Настоятель открывает царские врата, смотрит в пространство храма и замечает всего несколько человек, жмущихся к стенкам. И он рассказывает нам о святителе Николае (Касаткине), который взывал к преподобному, чтобы он отправил для просвещения язычников миссионеров из стен академии...
Вот новый храм, построенный совсем недавно, ‑ с современными подсобными помещениями, с хорошим туалетом.
А мне вспоминается служение в храме преподобного Сергия. Когда я его впервые увидел, то решил, что этот храм, затерявшийся среди новостроек, уже не будут восстанавливать ‑ не имеет смысла. Служили там, где по сути нельзя было служить: один зашедший строитель, задумчиво посмотрев вверх, сказал, что перекрытия могут рухнуть.
А сейчас храм по будням почти что пустой и проблем, неожиданностей и новостей не должно быть, а в то же время что-нибудь каждый день да замечаешь. Иду кадить по храму ‑ вижу: сидит у стеночки человек в кепке. Человек в кепке, конечно, не совсем здоров - мы его часто видим в храме. Вроде бы и ничего страшного, ведь кепку надел больной человек. Страшно другое: в храме кроме него 11 прихожан, в том числе человек, о нем заботящийся, - скорее всего его мать. Среди 11 человек пара человек, наших активных прихожан, завсегдатаев. Кроме того, женщина за ящиком и охранник, и никто не сказал больному, что надо снять кепку. Помнится, лет двадцать назад, случись такое хоть на миг, шуму бы было. Активные бабуси, каждый день драившие пол, считали храм своим и наброситься могли бы на обидчика с кулаками. А сейчас получается, что храм ничей или батюшкин - вот пусть он и разбирается.

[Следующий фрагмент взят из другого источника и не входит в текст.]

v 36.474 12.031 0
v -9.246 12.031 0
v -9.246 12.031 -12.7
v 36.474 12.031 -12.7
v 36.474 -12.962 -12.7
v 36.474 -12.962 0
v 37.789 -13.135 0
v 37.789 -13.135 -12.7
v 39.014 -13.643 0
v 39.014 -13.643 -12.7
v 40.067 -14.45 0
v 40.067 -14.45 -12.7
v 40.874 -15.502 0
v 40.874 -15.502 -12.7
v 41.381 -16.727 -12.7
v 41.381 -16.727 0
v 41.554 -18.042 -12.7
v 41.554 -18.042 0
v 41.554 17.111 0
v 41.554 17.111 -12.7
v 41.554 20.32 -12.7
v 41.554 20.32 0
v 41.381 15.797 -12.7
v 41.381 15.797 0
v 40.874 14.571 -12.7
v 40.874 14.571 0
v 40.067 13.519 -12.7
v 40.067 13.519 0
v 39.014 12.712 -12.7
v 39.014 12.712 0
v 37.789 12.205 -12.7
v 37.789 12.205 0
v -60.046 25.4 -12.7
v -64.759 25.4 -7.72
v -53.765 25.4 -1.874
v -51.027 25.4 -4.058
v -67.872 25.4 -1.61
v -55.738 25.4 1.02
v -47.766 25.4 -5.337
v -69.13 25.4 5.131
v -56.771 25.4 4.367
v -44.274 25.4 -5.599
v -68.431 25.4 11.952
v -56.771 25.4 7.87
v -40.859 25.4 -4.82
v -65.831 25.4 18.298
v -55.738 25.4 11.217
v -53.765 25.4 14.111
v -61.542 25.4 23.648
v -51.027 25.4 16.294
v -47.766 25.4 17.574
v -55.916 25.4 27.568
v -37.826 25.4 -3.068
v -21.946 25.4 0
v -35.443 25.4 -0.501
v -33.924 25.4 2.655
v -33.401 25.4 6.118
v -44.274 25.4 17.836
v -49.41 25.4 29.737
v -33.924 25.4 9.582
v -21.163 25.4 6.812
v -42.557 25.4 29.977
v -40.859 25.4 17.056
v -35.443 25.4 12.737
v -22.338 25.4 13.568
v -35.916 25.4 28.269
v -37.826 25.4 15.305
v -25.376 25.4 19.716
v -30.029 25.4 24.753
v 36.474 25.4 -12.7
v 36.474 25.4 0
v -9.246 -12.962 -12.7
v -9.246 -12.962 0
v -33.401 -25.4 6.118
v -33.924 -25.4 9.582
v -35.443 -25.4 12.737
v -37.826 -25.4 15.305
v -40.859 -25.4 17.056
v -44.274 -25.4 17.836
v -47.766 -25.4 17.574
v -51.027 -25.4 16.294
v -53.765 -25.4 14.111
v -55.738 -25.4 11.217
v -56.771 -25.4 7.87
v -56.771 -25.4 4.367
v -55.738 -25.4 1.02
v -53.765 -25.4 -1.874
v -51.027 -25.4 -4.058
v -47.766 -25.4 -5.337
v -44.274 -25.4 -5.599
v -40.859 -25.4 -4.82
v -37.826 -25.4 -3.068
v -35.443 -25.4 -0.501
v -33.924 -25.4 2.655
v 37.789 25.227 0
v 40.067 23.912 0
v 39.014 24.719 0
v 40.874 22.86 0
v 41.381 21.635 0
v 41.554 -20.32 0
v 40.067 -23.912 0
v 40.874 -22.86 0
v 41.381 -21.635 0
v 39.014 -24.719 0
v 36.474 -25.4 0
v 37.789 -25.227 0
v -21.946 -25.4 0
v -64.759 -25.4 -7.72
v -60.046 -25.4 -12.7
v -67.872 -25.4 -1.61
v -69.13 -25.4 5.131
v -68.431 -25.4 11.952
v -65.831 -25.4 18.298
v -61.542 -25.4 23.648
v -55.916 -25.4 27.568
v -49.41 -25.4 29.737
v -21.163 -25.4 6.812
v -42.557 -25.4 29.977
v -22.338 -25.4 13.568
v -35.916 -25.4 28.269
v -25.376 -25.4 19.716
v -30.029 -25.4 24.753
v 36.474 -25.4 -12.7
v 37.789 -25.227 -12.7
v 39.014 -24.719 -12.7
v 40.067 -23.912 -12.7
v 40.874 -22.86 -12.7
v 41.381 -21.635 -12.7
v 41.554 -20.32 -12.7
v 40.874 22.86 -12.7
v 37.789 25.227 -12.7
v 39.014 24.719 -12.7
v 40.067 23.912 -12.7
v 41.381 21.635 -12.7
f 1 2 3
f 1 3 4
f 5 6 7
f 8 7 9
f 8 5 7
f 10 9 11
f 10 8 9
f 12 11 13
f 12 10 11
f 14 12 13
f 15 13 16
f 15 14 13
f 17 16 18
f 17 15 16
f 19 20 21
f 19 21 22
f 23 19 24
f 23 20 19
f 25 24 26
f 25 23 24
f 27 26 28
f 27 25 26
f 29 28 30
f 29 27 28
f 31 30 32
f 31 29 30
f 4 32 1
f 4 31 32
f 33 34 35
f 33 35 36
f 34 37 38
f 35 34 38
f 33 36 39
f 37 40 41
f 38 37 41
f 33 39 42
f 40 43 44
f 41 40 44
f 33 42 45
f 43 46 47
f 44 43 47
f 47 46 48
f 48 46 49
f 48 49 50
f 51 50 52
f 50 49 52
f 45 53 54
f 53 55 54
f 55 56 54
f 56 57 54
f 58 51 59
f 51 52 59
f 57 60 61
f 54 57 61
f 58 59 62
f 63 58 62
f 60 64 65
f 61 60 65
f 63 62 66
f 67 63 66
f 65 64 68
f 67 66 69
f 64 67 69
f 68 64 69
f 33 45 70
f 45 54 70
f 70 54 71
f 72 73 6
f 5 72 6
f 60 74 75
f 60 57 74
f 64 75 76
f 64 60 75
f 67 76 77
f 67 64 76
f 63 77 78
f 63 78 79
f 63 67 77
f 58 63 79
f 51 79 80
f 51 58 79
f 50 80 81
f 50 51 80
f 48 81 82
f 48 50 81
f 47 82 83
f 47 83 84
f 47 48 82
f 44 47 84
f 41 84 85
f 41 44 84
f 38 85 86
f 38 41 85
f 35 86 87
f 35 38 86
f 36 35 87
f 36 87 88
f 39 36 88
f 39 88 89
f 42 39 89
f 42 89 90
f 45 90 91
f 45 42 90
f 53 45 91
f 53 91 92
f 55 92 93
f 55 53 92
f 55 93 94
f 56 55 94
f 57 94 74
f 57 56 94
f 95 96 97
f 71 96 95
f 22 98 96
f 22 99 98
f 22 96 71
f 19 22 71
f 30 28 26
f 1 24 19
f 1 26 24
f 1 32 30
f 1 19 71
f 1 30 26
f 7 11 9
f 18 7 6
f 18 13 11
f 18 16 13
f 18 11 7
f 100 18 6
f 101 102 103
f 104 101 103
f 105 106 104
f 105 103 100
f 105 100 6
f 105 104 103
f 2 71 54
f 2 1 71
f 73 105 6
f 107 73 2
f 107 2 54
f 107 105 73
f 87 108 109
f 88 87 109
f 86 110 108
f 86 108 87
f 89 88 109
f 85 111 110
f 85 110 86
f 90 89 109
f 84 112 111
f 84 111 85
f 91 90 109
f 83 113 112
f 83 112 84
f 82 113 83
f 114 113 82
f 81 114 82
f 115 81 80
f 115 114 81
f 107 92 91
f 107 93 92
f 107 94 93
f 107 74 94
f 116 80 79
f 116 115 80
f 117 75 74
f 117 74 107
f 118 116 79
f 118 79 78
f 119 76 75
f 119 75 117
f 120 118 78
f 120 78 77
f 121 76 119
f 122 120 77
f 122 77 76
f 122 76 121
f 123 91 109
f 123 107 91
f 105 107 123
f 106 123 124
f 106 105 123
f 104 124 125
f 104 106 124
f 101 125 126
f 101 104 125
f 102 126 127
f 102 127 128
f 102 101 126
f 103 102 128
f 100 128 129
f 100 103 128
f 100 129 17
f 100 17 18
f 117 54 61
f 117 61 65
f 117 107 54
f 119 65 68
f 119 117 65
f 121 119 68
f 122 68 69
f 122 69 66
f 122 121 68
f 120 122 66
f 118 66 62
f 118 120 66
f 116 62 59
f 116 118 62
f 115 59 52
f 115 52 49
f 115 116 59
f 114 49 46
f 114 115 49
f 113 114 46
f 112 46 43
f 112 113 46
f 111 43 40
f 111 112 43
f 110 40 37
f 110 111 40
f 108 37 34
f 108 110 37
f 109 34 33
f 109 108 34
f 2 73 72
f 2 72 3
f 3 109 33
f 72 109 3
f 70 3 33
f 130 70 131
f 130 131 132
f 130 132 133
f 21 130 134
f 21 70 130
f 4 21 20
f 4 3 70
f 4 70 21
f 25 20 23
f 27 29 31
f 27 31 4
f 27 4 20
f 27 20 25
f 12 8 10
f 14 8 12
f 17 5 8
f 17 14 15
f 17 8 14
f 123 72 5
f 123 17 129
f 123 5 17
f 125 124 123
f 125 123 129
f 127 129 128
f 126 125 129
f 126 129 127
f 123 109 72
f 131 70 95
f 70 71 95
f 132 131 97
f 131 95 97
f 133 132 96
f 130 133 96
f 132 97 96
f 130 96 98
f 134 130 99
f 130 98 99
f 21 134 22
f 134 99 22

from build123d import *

# Parameters (mm, degrees)
F0_R     = 11.7502279649
F1_DEPTH = 25.4
F2_DEPTH = 25.4
F3_W     = 50.8
F3_H     = 24.9936
F4_DEPTH = 25.4
F5_R     = 5.08
F6_R     = 5.08


with BuildPart() as f1:
    # F0 (on Front) → F1 (new body)
    with BuildSketch(Plane.XZ):
        with BuildLine():
            ThreePointArc((-21.9455999374, 0), (-52.740892143, 28.8858766168), (-60.0455999374, -12.7))
            Line((-60.0455999374, -12.7), (41.5544000626, -12.7))
            Line((41.5544000626, -12.7), (41.5544000626, 0))
            Line((41.5544000626, 0), (-21.9455999374, 0))
        make_face()
        with Locations((-45.1517072222, 6.1183218543)):
            Circle(F0_R, mode=Mode.SUBTRACT)
    extrude(amount=F1_DEPTH)

    # F2 (add): a face of the model
    f2_faces = [f1.faces().sort_by_distance(p)[0] for p in [
        (-23.82283695, 0, 2.1208901059),
    ]]
    extrude(f2_faces, amount=F2_DEPTH)

    # F3 (on face) → F4 (cut)
    with BuildSketch(Plane.XY):
        with Locations((16.1544000626, -0.4653680826)):
            Rectangle(F3_W, F3_H)
    extrude(amount=-F4_DEPTH, mode=Mode.SUBTRACT)

    # F5
    f5_edges = [f1.edges().sort_by_distance(p)[0] for p in [
        (41.5544, 12.031432, -6.35),
        (41.5544, 25.4, -6.35),
    ]]
    fillet(f5_edges, radius=F5_R)

    # F6
    f6_edges = [f1.edges().sort_by_distance(p)[0] for p in [
        (41.5544, -12.962168, -6.35),
        (41.5544, -25.4, -6.35),
    ]]
    fillet(f6_edges, radius=F6_R)


solid = f1.part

Хорошо, конечно, что в храме не стало грубости, но кажется, что и вообще ничего не стало. Просто тупое равнодушие. Я с каждением задерживаюсь у человека в кепке. Получается выразительная минута молчания. Потом кто-то из присутствующих пробуждается, проявляется суетливая активность, кепка исчезает... Можно сказать, что кепка на голове в храме ‑ мелочь, как недостача копейки в министерстве финансов. Но церковь ‑ не финансовое ведомство, здесь мелочей не бывает. Конечно, существует опасность скатиться на путь старообрядческого сектантства и начать доказывать, к примеру, что крест должен быть из рябины, но в то же время каждый знает, что в церкви любовь и вера уходят по песчинкам. Встал утром ‑ песчинки нет: не помолился, не позаботился о ближнем, завтра что-нибудь еще, а потом смотришь ‑ внутри пустота, и ничего нет.

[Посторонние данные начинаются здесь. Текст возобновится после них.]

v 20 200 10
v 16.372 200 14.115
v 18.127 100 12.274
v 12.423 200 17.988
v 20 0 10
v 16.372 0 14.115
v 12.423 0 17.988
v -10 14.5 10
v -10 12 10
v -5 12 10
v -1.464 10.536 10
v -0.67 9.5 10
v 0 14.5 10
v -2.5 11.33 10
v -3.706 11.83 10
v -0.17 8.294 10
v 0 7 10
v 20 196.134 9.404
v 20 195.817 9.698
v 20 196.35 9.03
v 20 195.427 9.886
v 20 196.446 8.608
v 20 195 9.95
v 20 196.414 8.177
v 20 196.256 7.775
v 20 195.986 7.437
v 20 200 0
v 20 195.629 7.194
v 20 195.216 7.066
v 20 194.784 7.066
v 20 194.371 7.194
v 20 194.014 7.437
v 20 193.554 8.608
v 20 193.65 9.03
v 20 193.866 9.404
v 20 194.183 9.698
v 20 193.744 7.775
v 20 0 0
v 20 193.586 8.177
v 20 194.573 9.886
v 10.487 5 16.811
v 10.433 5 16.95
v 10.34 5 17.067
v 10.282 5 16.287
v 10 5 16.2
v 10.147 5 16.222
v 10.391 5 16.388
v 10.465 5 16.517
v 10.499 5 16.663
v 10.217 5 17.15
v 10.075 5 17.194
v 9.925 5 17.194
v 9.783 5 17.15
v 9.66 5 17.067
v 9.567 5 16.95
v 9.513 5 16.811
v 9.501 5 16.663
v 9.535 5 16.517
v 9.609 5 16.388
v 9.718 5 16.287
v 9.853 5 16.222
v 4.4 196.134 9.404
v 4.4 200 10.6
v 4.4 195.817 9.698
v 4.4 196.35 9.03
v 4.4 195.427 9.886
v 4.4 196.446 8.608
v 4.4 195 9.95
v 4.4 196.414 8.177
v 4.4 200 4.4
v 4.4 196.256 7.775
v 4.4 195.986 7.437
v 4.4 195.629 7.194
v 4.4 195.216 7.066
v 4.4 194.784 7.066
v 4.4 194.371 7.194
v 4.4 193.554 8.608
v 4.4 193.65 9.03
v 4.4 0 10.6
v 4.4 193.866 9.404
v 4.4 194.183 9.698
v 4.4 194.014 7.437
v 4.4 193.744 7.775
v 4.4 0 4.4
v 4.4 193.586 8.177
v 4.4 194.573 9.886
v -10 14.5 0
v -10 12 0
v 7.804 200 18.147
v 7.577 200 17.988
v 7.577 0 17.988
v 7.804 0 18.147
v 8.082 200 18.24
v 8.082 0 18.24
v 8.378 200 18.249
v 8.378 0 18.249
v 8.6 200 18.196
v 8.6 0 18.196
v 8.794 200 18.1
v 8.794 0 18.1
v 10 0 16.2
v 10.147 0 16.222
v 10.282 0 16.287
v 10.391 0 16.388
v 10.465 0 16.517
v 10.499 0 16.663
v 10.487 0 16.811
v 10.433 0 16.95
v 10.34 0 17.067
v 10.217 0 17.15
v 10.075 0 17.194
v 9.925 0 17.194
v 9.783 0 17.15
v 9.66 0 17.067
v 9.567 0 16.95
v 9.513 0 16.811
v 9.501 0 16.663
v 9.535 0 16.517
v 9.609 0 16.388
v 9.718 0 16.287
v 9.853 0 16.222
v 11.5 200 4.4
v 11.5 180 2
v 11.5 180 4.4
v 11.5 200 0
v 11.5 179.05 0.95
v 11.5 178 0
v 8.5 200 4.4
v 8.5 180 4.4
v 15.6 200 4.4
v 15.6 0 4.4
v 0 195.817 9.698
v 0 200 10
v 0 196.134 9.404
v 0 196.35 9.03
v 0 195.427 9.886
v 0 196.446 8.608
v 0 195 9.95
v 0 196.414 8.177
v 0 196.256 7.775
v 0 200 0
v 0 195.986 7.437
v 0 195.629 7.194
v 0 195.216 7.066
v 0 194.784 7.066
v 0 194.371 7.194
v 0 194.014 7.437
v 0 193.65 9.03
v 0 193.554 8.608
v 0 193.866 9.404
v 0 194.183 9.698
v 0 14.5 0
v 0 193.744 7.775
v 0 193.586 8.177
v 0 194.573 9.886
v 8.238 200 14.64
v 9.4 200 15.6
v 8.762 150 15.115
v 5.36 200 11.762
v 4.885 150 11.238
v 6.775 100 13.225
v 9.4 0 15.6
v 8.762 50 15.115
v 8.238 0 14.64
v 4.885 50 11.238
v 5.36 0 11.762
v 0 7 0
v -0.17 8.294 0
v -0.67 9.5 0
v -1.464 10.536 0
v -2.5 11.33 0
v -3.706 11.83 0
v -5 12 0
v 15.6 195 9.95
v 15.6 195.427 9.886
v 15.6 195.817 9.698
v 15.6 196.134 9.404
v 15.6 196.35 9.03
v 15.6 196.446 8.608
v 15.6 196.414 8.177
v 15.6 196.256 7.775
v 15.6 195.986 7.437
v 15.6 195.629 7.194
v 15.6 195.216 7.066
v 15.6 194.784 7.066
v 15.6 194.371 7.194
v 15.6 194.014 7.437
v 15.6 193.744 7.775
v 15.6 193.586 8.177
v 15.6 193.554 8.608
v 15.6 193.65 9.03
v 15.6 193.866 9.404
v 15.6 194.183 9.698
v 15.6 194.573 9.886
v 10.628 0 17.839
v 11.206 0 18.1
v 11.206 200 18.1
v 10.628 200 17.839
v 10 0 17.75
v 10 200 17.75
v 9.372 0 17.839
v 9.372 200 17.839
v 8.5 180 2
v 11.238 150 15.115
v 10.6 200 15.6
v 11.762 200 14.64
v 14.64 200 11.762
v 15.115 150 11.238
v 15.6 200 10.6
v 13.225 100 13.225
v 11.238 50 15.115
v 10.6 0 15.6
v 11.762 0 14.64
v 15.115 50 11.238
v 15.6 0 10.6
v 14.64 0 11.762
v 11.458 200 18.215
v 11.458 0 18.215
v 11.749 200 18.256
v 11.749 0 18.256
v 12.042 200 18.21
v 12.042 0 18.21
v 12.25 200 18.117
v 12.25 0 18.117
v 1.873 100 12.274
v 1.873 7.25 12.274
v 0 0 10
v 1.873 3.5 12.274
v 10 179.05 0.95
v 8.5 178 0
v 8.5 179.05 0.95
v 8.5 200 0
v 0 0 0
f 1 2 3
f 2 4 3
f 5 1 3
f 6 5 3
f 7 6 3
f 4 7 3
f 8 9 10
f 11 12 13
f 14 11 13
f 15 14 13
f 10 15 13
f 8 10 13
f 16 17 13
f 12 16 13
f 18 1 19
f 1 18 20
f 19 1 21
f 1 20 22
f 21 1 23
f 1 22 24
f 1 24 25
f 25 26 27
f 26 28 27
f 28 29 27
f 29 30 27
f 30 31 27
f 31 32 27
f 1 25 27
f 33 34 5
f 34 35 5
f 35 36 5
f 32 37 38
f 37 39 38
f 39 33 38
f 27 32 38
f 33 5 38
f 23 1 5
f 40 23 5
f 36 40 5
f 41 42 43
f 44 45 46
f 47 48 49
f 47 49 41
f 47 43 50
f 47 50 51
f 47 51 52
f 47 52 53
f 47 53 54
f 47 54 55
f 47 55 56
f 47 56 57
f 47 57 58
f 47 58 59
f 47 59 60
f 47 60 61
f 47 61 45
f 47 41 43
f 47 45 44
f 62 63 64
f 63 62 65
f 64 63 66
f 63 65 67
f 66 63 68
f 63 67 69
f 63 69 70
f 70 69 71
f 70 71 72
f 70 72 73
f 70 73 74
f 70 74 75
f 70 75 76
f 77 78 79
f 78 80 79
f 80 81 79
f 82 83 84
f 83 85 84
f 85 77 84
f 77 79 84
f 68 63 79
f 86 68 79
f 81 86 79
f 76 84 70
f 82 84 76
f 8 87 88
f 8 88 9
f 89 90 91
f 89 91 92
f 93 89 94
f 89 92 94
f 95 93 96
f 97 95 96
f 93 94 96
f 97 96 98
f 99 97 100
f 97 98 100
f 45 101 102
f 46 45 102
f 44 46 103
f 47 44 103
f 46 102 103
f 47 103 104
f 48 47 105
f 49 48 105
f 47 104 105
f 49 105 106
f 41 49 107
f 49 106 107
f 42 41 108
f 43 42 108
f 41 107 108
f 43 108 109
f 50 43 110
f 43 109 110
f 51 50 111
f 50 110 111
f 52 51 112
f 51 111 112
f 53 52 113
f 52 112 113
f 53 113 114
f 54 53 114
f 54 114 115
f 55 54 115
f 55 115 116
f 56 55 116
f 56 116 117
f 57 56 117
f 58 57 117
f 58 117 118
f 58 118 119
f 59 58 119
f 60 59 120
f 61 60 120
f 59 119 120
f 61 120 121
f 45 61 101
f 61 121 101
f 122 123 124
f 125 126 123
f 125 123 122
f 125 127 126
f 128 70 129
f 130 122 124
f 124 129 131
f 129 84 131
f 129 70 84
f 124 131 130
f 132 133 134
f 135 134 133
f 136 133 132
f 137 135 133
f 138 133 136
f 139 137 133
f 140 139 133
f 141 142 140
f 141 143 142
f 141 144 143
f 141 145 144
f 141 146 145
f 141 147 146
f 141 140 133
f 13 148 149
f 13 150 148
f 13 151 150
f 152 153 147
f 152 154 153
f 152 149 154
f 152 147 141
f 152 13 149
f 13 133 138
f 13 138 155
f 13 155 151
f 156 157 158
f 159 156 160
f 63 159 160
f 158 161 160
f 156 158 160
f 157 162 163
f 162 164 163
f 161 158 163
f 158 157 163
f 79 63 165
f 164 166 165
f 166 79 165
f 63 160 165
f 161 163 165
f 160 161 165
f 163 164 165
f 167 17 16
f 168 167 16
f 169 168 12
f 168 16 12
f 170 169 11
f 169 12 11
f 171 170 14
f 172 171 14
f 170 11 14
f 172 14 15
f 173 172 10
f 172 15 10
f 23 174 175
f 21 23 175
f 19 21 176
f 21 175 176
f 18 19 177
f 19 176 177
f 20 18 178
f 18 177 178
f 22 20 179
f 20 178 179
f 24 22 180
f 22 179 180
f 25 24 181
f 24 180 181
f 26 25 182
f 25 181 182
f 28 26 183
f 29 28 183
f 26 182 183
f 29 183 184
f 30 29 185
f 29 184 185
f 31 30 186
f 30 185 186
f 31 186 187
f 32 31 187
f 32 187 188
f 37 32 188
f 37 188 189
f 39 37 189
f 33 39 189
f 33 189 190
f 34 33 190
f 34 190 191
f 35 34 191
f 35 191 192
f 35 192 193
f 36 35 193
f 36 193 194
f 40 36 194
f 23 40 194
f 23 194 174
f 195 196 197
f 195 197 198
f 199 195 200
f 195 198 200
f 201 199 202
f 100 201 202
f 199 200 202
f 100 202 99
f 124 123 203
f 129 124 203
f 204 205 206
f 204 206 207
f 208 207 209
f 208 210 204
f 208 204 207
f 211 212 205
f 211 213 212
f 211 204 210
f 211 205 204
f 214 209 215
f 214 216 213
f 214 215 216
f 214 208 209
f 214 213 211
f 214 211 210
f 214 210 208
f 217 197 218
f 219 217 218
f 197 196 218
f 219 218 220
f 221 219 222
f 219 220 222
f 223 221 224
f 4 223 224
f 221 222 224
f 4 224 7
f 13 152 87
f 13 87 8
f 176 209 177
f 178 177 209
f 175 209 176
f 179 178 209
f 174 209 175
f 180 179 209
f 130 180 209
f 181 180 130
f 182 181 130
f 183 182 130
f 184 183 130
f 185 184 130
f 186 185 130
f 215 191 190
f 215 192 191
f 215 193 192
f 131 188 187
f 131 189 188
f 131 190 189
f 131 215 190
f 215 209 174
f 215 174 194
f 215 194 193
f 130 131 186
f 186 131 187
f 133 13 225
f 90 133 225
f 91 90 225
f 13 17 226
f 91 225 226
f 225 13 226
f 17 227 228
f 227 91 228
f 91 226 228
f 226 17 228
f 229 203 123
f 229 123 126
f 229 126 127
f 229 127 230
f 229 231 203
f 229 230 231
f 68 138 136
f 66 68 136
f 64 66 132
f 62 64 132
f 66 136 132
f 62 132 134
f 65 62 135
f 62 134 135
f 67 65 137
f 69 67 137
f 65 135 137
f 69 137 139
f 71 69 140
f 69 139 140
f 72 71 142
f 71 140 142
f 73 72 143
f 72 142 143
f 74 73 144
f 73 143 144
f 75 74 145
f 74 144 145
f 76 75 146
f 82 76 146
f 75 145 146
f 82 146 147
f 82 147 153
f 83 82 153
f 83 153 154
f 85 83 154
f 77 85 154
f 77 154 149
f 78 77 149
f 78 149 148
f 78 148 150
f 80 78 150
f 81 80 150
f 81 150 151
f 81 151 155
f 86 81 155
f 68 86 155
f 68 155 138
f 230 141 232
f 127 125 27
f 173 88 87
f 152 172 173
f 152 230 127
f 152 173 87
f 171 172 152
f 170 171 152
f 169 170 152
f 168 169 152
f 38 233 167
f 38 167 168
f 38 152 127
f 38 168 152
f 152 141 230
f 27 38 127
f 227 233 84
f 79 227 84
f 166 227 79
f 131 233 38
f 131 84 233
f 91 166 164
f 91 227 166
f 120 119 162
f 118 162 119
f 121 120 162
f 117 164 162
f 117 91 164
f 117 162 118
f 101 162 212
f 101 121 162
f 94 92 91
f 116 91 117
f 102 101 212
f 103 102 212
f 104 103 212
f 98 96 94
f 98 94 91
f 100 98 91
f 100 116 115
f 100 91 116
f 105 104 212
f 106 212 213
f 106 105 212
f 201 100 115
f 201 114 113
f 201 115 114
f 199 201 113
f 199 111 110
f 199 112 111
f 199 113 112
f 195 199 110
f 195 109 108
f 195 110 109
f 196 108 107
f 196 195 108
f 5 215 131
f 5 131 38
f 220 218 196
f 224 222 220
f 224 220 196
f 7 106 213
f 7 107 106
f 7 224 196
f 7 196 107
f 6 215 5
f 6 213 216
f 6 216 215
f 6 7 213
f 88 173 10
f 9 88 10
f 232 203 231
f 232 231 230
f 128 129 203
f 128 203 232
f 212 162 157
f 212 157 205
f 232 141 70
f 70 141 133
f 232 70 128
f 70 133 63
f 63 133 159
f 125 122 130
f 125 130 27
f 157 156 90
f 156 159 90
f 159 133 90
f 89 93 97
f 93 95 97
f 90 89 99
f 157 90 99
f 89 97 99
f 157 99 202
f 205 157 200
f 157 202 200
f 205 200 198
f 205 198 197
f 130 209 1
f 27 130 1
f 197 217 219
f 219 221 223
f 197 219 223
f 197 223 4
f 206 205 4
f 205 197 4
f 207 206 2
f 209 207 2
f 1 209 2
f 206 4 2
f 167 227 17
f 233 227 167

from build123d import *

# Parameters (mm, degrees)
SKETCH1_W           = 20
SKETCH1_H           = 20
SKETCH1_W_2         = 11.2
SKETCH1_H_2         = 11.2
BOSS_EXTRUDE1_DEPTH = 200
SKETCH2_R           = 1.45
CUT_EXTRUDE1_DEPTH  = 202.990098767
FILLET3_SIZE        = 5
FILLET4_SIZE        = 10
SKETCH4_R           = 2.25
CUT_EXTRUDE3_DEPTH  = 202.990098886
FILLET6_R           = 1
SKETCH5_W           = 3
SKETCH5_H           = 20
CUT_EXTRUDE4_DEPTH  = 10
FILLET7_START       = 8.5
FILLET7_DEPTH       = 3
SKETCH7_R           = 0.5
CUT_EXTRUDE6_DEPTH  = 5
SKETCH8_W           = 10
SKETCH8_H           = 2.5
BOSS_EXTRUDE2_DEPTH = 10
FILLET8_R           = 5


with BuildPart() as part:
    # Sketch1 → Boss-Extrude1 (new body)
    with BuildSketch(Plane(origin=(0, 0, 0), x_dir=(1, 0, 0), z_dir=(0, 1, 0))):
        with Locations((10, -10)):
            Rectangle(SKETCH1_W, SKETCH1_H)
        with Locations((10, -10)):
            Rectangle(SKETCH1_W_2, SKETCH1_H_2, mode=Mode.SUBTRACT)
    extrude(amount=BOSS_EXTRUDE1_DEPTH)

    # Sketch2 → Cut-Extrude1 (cut, through all)
    with BuildSketch(Plane.ZY):
        with Locations((8.5, 195)):
            Circle(SKETCH2_R)
    extrude(amount=-CUT_EXTRUDE1_DEPTH, mode=Mode.SUBTRACT)

    # Fillet3
    # a fillet whose section is not a circle: 5 mm, written as the material it adds along each edge
    with BuildSketch(Plane(origin=(4.4, 0, 15.6), x_dir=(1, 0, 0), z_dir=(0, 1, 0))) as fillet3_piece_1:
        with BuildLine():
            Bezier((FILLET3_SIZE, 0), (0, 0), (0, FILLET3_SIZE), weights=[1, 0.052631579, 1])
            Line((0, FILLET3_SIZE), (0, 0))
            Line((0, 0), (FILLET3_SIZE, 0))
        make_face()
    extrude(amount=200)
    with BuildSketch(Plane(origin=(15.6, 0, 15.6), x_dir=(-1, 0, 0), z_dir=(0, 1, 0))) as fillet3_piece_2:
        with BuildLine():
            Bezier((FILLET3_SIZE, 0), (0, 0), (0, -FILLET3_SIZE), weights=[1, 0.052631579, 1])
            Line((0, -FILLET3_SIZE), (0, 0))
            Line((0, 0), (FILLET3_SIZE, 0))
        make_face()
    extrude(amount=200)

    # Fillet4
    # a fillet whose section is not a circle: 10 mm, written as the material it takes off along each edge
    with BuildSketch(Plane(origin=(0, -25, 20), x_dir=(0, 0, -1), z_dir=(0, 1, 0)), Plane(origin=(20, -25, 20), x_dir=(-1, 0, 0), z_dir=(0, 1, 0))) as fillet4_piece_1:
        with BuildLine():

Недавно прихожане завороженно смотрели, как расхулиганившиеся дети строем пошли в алтарь: смотрели все и все промолчали. Значит, за этой вежливостью мы просто не видим, как умирает любовь к храму. Последнее время храмы активно украшают цветами. Зачем? У нас же не ботанический сад. А любой батюшка вам толково объяснит, потому что православные любят храм и как дорогое место украшают самыми красивыми земными созданиями.
Парадокс: храмы мы все больше украшаем, но меньше и меньше любим. Лишний раз зайти в храм, постоять на службе становится тяжело. Пустуют храмы во время воскресных всенощных. Придем уж в воскресенье с утра на Литургию. А недавно я еще знавал прихожан, которые молись на каждой службе из года в год. Потому что знали, что главное в храме: «Дом мой домом молитвы наречется...» А мы, даже если не делаем его вертепом разбойников, то уготовляем ему запустение. И происходит это не с кем-то, а с нами всеми.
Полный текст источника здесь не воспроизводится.